The iPS cells used in the procedure had been stored in a stockpile, called the iPS cell stock, after being reprogrammed from the donated blood cells.

The iPS cell stock project works by adding a liquid medium into living cells and storing them in liquid nitrogen freezers at a temperature of minus 196 C. Cells will die if they are kept as they are after being removed from body, but freezing allows for long-term storage.

The development of the iPS cell stock system was led by Nobel Prize laureate Shinya Yamanaka, the head of Kyoto University's Center for iPS Cell Research and Application, or CiRA.

The iPS cells were created from the blood of donors with rare HLA types -- the body's natural marker that identifies its own cells -- that are less susceptible to rejection.
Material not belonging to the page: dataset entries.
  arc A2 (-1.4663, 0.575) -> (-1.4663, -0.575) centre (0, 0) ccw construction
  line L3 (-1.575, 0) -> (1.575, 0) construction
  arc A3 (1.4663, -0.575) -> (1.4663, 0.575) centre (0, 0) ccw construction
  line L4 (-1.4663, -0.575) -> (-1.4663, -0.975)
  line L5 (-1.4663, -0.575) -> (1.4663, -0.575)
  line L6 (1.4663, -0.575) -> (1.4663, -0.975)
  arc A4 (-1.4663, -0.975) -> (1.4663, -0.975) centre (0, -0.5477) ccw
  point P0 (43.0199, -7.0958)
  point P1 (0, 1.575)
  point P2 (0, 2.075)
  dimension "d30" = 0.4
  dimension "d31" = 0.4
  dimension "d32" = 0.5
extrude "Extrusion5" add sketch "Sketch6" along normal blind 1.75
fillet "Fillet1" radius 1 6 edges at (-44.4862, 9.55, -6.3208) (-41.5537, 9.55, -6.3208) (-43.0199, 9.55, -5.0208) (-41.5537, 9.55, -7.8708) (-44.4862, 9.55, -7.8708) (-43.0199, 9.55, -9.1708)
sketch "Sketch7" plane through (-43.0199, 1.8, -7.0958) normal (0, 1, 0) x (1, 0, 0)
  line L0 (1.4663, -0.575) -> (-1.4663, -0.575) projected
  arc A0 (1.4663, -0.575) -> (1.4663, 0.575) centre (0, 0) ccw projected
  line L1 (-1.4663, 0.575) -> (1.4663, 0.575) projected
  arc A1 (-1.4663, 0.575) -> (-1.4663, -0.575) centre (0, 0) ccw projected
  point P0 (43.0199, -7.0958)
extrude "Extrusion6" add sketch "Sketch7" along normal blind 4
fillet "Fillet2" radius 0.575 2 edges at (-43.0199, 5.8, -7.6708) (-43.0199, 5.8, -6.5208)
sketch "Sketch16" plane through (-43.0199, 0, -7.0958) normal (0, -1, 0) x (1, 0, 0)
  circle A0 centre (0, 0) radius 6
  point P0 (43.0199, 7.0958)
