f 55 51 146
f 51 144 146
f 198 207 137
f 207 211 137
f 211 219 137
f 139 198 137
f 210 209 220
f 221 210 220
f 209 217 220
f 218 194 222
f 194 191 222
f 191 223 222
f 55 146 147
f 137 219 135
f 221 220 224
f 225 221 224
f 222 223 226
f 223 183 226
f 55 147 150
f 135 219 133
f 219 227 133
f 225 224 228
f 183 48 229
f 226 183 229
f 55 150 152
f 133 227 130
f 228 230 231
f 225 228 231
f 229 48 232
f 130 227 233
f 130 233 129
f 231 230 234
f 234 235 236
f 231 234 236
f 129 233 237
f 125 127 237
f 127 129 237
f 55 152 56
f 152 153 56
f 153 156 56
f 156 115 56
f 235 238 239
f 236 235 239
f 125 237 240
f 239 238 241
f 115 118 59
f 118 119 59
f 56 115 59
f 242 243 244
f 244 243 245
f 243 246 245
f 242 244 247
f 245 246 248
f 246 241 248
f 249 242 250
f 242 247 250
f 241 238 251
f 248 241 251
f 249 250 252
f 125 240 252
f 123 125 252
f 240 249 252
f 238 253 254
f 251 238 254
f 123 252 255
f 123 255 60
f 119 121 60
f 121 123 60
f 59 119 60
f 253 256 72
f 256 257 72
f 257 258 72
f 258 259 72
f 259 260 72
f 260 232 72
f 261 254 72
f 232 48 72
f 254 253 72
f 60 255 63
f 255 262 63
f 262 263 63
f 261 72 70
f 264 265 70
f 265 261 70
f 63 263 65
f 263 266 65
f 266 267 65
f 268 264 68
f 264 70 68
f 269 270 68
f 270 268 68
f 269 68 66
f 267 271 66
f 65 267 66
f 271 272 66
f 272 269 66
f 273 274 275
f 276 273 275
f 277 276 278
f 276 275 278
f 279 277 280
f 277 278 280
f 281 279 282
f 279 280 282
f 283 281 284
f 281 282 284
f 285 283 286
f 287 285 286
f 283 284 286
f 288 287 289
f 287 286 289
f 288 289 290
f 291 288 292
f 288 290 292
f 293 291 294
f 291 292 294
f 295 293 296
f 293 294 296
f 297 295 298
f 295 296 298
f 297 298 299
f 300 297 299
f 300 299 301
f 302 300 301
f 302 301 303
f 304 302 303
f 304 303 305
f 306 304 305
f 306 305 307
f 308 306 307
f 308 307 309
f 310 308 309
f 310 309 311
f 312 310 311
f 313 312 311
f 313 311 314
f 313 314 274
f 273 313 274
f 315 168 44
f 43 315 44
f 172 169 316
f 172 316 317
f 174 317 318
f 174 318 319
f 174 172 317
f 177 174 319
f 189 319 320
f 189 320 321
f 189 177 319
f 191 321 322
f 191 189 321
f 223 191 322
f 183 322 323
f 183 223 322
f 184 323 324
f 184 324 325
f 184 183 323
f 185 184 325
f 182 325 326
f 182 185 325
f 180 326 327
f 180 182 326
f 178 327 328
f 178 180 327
This minimizes the risk of cells transplanted from other individuals being rejected by a patient's immune system.

Distribution of iPS cells to universities began in August 2015. CiRA plans to distribute the cells, which will cover 30-50% of the Japanese population by the end of the fiscal year starting April 2017 and around 80% by the end of fiscal 2022.

If a patient's own cells are used, it takes more time and money to check whether the cells will turn cancerous or develop some other defect.

Treatment using cells of other individuals means that large quantities of iPS cells can be produced from a single donor.

The first transplant of retina cells made from iPS cells of the same patient, conducted in 2014, cost about 100 million yen ($917,000) and took about 10 months to prepare.

The latest transplant is expected to cost only a few million yen, while the length of time from obtaining the patient's consent to performing the surgery was cut to one and a half months.

The cell stock, however, is not immune from problems.

The risk of rejection cannot be eliminated completely as long as the cells are not a patient's own.

The latest transplant did not use immunosuppressant medication in the patient, but Yasuo Kurimoto, the head of the hospital's ophthalmology department and the man who conducted the surgery, said, "We will carefully study the results for at least a year."

The core aim of the clinical study was to confirm the safety of the procedure.

Although the patient's eyesight will not improve substantially, the regular administration of drugs will be unnecessary, and the possibility of further deterioration of vision is reduced.

Riken plans to conduct similar clinical studies for at least five patients with age-related macular degeneration within the next two years.

If symptoms believed to stem from rejection are observed, the institute may have to overhaul plans for the clinical study.

"It will take two to three years to draw the final conclusion about the results," said Masayo Takahashi, the Riken project leader.

Clinical studies are also planned for patients with Parkinson's disease and spinal cord injuries.

Expectations are especially high that iPS therapy can treat such intractable conditions.

Takahashi likened the path to the practical application of the treatment to mountaineering, "We are now at the fifth station of this mountain."

This marks considerable progress from the "second or third station" described in 2014 when the first transplant was performed.